> **ASSIGNED TASK**:
Reproduce, exactly and in full, only the lines below from the one containing "f 131 310 311" through the one containing "f 151 318 319".

> **DATASET EXTRACT**:
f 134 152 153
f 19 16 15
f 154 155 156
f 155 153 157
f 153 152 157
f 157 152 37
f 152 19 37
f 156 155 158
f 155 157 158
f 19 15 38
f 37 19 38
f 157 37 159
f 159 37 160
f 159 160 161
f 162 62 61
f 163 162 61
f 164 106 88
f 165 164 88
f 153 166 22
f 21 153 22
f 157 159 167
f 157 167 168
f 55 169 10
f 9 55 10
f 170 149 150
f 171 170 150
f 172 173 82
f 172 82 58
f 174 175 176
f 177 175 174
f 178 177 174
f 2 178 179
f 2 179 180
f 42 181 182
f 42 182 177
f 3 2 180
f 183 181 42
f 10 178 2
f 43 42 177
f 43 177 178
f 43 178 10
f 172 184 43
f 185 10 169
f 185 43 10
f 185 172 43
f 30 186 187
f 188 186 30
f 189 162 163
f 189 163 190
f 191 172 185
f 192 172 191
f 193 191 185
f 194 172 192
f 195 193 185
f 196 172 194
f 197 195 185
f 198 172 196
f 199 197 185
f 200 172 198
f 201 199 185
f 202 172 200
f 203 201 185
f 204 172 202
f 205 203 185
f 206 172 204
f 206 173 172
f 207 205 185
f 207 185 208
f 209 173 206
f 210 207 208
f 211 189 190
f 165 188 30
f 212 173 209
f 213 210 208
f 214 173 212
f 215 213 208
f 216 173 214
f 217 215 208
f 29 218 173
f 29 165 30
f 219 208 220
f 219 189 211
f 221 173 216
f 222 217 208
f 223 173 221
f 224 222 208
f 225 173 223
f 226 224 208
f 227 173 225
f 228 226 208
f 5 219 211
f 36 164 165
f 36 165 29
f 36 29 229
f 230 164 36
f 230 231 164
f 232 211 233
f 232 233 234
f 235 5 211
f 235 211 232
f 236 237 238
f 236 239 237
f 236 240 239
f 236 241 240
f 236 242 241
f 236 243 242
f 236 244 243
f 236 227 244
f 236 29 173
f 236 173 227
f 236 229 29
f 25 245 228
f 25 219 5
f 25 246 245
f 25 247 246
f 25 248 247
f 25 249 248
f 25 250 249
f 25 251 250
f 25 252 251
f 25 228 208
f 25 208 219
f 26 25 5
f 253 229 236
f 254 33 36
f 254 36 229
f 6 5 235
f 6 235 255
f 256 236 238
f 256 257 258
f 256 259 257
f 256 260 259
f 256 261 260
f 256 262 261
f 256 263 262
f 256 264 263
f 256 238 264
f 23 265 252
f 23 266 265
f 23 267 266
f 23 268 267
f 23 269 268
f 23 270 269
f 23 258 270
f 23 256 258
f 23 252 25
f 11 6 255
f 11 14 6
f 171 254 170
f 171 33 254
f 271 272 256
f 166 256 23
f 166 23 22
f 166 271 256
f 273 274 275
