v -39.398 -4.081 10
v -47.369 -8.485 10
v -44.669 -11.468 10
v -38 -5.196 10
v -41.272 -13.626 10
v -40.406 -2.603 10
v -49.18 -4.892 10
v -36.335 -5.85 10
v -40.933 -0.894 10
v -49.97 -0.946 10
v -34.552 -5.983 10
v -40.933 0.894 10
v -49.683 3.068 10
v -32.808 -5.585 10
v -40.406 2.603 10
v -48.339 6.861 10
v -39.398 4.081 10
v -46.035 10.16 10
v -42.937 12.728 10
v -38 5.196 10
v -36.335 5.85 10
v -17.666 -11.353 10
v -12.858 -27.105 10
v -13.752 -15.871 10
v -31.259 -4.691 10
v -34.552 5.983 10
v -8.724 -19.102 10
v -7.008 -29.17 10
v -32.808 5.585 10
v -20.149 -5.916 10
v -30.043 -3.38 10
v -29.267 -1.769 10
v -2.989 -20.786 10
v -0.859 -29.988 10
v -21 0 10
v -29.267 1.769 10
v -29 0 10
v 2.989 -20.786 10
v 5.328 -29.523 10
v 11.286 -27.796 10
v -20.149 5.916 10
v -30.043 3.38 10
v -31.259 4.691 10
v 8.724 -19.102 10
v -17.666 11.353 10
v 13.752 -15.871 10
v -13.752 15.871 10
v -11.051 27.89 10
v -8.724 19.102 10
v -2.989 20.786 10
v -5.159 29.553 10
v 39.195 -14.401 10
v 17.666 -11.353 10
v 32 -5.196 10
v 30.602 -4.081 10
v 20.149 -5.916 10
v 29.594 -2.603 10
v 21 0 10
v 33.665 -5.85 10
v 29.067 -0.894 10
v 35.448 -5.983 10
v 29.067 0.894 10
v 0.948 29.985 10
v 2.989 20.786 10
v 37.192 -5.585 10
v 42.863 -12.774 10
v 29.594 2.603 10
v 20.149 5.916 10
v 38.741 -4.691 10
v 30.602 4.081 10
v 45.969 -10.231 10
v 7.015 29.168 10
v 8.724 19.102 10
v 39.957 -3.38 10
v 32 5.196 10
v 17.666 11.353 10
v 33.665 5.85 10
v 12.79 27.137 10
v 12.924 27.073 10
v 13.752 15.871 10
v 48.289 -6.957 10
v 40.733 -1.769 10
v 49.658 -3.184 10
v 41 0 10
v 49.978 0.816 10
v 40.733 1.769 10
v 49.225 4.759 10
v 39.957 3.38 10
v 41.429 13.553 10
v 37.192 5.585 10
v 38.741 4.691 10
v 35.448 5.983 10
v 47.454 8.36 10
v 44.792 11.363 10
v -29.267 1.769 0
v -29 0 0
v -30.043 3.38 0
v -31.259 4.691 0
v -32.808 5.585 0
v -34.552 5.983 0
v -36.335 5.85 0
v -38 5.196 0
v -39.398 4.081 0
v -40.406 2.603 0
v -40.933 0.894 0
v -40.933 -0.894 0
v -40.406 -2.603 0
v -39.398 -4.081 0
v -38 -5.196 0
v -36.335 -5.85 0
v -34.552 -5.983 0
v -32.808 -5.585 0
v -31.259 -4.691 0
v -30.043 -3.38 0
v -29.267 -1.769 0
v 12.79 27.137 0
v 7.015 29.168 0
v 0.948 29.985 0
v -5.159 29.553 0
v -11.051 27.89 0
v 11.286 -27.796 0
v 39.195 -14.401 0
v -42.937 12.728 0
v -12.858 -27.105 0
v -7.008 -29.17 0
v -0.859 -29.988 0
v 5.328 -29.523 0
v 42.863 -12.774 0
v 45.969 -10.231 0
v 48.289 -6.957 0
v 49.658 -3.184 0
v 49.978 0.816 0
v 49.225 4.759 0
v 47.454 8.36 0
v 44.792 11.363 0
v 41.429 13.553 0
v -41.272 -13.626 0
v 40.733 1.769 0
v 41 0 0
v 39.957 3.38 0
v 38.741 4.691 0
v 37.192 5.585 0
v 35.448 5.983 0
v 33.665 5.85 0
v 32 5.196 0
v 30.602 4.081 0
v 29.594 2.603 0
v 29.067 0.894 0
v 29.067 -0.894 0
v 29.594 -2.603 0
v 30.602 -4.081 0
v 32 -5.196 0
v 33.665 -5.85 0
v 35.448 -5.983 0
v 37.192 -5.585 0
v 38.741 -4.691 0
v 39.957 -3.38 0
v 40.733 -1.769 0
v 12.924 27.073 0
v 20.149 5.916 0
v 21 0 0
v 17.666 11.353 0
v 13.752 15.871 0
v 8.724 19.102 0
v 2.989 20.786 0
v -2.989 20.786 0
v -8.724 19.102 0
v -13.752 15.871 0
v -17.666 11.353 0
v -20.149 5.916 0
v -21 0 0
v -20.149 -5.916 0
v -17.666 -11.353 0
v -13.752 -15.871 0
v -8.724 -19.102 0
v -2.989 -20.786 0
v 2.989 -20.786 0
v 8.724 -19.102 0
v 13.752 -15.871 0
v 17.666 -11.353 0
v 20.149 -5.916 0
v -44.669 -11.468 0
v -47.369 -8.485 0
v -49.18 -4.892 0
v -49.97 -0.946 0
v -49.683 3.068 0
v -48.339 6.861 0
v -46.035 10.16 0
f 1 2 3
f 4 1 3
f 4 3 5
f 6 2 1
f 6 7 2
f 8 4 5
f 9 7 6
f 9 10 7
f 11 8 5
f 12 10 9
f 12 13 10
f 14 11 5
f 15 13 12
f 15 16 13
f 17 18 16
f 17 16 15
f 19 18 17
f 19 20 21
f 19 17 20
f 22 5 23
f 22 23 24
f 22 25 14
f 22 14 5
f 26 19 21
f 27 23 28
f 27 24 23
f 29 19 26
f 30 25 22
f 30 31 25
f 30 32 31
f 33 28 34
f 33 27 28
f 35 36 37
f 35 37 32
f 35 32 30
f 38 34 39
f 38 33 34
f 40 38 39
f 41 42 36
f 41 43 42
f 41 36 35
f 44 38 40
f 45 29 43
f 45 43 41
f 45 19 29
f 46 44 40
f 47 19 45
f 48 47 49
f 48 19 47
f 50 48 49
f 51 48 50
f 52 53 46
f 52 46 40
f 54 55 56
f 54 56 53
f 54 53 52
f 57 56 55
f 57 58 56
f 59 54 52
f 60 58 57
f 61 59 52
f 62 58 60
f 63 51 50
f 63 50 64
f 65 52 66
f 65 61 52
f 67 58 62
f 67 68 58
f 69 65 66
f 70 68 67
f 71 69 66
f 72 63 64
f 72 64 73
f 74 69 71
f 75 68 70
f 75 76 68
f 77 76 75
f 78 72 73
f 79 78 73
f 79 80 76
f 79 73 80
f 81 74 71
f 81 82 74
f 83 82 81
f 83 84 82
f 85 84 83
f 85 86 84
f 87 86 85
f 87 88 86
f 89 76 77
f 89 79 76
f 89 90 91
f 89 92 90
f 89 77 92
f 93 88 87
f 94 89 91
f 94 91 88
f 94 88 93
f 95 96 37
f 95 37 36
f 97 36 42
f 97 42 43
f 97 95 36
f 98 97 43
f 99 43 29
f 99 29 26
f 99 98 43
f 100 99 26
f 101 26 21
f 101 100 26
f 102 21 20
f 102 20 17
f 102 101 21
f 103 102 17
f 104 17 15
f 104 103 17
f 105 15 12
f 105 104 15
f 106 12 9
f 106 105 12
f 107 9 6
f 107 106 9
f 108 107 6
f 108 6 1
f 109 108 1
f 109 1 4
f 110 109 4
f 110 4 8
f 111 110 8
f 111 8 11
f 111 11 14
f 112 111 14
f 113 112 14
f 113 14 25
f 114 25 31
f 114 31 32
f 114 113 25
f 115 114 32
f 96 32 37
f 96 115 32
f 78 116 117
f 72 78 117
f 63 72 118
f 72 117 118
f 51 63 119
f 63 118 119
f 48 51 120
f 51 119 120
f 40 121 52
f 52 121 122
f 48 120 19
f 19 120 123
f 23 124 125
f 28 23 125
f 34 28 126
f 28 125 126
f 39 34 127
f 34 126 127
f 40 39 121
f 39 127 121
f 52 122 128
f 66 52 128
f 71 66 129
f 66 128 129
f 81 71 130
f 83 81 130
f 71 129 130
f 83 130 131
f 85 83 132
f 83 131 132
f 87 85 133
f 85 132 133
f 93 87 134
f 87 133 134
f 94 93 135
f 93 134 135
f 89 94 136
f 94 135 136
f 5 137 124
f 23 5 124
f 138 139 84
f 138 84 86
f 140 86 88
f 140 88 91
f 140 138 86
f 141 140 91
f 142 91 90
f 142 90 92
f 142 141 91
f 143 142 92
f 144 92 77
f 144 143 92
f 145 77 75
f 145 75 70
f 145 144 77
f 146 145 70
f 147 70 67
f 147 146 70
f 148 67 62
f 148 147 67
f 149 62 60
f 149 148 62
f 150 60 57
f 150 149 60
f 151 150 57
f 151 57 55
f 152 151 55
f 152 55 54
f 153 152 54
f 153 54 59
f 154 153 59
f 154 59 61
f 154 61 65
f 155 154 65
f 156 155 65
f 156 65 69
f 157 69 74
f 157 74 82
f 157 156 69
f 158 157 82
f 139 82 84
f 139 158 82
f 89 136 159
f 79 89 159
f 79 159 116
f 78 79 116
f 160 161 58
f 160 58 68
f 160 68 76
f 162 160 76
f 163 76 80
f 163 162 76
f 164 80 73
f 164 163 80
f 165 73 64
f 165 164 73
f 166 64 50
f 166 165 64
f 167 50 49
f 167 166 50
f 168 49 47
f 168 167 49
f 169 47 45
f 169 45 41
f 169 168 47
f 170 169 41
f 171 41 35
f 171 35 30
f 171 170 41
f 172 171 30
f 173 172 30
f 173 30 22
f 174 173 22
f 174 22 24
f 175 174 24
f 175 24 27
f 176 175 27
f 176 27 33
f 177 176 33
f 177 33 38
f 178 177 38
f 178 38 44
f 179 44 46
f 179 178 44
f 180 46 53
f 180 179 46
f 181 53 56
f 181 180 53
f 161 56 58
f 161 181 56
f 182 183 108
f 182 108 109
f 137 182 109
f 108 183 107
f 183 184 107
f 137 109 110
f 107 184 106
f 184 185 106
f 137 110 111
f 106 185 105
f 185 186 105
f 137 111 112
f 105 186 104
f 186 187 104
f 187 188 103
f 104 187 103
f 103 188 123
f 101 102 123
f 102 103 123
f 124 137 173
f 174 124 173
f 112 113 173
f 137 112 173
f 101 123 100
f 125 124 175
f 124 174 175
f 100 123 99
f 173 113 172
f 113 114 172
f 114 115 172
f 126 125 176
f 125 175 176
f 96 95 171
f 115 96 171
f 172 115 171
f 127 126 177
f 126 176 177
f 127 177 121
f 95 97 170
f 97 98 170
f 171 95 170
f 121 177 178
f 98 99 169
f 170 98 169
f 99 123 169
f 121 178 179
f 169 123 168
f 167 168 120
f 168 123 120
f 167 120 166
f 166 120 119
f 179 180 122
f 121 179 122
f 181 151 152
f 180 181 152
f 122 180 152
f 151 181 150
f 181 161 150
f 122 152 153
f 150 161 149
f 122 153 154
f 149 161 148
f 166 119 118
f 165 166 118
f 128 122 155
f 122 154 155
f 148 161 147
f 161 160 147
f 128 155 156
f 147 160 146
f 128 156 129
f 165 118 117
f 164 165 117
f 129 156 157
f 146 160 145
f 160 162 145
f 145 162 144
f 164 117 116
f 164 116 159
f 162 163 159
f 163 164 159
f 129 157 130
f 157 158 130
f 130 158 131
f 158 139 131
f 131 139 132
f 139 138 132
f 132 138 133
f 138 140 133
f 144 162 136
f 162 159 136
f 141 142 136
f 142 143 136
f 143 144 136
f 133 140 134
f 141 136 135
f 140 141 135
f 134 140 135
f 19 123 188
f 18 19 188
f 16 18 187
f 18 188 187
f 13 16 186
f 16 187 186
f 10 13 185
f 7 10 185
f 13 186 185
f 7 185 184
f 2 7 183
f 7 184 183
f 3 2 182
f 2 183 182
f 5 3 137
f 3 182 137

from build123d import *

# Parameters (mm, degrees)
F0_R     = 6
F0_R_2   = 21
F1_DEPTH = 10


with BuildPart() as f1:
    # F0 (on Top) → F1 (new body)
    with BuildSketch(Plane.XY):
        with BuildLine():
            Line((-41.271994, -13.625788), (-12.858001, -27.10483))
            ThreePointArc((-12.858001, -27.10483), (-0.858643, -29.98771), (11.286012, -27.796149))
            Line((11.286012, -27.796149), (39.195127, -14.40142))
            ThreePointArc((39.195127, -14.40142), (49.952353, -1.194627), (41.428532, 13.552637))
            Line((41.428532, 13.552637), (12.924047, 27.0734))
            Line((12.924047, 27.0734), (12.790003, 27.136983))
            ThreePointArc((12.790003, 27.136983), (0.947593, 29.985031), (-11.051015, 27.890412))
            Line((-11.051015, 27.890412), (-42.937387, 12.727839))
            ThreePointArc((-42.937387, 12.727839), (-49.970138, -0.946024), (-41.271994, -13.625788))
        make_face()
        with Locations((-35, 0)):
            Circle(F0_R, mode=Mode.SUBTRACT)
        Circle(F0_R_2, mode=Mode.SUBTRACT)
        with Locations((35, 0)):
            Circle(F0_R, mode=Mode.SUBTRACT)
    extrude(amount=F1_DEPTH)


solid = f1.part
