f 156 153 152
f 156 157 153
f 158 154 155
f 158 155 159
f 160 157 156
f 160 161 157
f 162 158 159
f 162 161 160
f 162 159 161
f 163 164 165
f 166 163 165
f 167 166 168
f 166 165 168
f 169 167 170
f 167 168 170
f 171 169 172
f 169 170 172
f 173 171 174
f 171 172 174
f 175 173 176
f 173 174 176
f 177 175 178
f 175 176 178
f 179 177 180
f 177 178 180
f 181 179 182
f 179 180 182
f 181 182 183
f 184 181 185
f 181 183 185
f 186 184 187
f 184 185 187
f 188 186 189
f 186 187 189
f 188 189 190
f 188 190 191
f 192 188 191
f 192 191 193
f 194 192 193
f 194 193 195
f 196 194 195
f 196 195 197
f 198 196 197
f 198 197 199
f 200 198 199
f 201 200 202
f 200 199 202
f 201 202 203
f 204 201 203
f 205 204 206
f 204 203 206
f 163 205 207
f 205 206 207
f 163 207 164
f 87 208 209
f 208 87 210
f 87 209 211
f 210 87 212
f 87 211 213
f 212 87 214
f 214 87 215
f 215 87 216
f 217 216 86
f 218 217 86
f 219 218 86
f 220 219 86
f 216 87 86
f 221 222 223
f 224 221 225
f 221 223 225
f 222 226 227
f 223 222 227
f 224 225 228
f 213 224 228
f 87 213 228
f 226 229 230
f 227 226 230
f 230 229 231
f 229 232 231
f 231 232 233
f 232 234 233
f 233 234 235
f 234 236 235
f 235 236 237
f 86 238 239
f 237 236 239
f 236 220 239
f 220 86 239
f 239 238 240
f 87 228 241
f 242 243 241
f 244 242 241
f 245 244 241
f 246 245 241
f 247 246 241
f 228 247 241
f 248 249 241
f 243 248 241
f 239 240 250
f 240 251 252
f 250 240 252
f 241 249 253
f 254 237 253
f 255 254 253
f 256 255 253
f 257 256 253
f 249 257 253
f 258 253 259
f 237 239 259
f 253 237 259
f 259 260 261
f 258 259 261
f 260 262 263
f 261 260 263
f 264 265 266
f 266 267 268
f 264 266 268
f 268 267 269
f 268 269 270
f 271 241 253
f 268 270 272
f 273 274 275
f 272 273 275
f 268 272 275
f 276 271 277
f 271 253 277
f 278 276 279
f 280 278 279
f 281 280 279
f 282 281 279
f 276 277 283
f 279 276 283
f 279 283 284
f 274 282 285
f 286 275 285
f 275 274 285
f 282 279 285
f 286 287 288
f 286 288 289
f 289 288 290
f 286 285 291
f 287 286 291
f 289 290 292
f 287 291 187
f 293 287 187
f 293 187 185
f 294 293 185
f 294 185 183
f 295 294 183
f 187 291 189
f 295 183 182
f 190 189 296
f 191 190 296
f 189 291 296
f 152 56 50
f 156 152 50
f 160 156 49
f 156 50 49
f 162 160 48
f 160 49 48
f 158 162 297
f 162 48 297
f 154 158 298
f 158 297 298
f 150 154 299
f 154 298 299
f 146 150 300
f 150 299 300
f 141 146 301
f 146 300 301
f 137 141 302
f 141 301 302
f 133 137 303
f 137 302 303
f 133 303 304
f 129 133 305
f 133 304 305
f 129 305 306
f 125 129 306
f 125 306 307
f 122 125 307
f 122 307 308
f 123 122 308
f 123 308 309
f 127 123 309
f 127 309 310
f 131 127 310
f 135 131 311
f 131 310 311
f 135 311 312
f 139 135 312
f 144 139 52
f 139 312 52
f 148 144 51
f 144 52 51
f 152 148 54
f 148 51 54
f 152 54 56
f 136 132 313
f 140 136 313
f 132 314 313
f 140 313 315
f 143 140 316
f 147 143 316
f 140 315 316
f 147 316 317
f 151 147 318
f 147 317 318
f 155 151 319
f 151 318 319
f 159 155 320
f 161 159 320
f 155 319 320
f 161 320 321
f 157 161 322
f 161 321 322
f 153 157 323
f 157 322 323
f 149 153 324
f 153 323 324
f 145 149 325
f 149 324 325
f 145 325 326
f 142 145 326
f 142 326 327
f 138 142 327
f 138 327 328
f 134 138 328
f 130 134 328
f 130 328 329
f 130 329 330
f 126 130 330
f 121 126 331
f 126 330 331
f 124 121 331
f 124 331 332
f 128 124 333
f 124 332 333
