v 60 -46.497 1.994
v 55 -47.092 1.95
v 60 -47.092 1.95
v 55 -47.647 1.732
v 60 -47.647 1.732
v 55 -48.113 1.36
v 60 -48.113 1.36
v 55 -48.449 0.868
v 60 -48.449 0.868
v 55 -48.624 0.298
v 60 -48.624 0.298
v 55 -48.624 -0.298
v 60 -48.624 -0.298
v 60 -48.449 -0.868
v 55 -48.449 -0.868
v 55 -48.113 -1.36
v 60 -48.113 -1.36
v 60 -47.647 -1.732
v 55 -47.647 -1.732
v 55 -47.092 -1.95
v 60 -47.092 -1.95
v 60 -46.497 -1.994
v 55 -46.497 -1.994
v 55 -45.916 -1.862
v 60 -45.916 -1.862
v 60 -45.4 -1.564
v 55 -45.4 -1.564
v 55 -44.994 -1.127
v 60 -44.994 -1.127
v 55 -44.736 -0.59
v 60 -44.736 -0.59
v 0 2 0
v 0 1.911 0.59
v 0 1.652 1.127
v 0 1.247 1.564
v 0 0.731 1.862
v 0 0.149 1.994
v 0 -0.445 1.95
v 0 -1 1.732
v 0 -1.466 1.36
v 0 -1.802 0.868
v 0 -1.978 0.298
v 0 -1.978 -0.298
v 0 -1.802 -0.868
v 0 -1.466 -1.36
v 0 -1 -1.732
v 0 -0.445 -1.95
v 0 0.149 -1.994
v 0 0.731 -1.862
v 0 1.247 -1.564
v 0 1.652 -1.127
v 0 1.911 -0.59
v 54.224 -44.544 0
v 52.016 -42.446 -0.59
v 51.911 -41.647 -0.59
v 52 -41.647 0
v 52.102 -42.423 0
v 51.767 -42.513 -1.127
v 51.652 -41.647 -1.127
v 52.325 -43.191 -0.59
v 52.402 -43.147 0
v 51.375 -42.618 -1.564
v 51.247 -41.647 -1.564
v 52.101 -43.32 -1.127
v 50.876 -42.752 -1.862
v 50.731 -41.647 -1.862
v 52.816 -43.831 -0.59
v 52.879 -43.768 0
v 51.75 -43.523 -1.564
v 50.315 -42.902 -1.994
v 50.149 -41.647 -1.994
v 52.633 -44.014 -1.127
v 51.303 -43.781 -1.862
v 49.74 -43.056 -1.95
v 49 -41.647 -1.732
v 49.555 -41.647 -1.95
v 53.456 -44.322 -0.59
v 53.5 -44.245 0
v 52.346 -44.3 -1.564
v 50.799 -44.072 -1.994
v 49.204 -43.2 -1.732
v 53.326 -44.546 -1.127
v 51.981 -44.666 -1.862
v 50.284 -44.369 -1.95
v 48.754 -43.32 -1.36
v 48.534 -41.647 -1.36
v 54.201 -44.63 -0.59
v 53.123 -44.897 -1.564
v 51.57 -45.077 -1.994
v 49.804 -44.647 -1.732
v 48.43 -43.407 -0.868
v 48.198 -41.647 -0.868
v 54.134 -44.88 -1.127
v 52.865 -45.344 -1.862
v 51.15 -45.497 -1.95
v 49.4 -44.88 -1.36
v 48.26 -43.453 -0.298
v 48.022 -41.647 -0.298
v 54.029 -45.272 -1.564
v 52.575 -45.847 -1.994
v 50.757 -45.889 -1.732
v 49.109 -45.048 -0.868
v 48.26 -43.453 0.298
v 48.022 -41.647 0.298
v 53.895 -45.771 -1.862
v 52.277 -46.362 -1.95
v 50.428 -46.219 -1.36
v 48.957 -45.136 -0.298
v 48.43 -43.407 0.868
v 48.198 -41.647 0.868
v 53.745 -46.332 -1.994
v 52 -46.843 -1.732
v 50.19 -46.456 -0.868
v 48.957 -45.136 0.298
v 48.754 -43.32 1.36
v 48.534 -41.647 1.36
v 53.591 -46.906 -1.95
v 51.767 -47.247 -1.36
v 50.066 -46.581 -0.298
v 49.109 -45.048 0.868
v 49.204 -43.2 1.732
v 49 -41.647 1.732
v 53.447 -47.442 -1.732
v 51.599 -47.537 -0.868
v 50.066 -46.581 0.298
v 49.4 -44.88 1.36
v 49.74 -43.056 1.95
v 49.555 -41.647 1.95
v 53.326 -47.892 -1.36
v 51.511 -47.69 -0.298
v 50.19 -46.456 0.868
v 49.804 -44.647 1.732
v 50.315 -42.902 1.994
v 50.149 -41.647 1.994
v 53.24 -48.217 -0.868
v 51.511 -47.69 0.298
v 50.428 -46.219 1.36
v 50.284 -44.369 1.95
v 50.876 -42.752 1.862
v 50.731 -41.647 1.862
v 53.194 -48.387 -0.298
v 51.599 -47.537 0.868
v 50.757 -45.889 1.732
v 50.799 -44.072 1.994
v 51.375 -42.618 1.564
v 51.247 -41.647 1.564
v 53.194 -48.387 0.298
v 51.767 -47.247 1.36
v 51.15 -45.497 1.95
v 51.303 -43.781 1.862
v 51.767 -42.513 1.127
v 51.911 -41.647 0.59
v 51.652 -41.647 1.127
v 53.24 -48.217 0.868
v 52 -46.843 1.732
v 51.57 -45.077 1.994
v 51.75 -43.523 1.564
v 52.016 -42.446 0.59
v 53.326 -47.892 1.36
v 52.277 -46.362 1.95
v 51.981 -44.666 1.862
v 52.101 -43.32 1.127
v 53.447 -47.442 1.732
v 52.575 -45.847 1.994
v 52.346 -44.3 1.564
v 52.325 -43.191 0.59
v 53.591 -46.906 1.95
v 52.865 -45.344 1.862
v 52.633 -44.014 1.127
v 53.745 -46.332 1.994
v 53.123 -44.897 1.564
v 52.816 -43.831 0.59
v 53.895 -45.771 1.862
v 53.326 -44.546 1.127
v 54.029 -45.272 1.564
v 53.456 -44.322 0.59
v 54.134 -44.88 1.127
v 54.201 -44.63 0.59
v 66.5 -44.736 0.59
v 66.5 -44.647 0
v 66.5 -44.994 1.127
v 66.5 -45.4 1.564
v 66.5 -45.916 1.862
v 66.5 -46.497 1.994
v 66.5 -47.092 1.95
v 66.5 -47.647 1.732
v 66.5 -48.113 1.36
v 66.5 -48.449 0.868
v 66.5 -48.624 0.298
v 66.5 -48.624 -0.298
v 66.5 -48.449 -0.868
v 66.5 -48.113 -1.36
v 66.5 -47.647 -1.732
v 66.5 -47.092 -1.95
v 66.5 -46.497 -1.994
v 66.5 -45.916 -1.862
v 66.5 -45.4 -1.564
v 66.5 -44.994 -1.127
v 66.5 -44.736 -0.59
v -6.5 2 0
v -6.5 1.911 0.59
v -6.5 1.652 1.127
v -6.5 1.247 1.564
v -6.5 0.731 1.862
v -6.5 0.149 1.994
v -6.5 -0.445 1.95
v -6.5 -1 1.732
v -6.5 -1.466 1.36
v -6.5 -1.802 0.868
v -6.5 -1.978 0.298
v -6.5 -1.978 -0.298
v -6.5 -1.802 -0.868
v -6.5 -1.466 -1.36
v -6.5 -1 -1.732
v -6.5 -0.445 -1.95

> **ANSWER FOR THE TASK**:
f 131 310 311
f 135 311 312
f 139 135 312
f 144 139 52
f 139 312 52
f 148 144 51
f 144 52 51
f 152 148 54
f 148 51 54
f 152 54 56
f 136 132 313
f 140 136 313
f 132 314 313
f 140 313 315
f 143 140 316
f 147 143 316
f 140 315 316
f 147 316 317
f 151 147 318
f 147 317 318
f 155 151 319
f 151 318 319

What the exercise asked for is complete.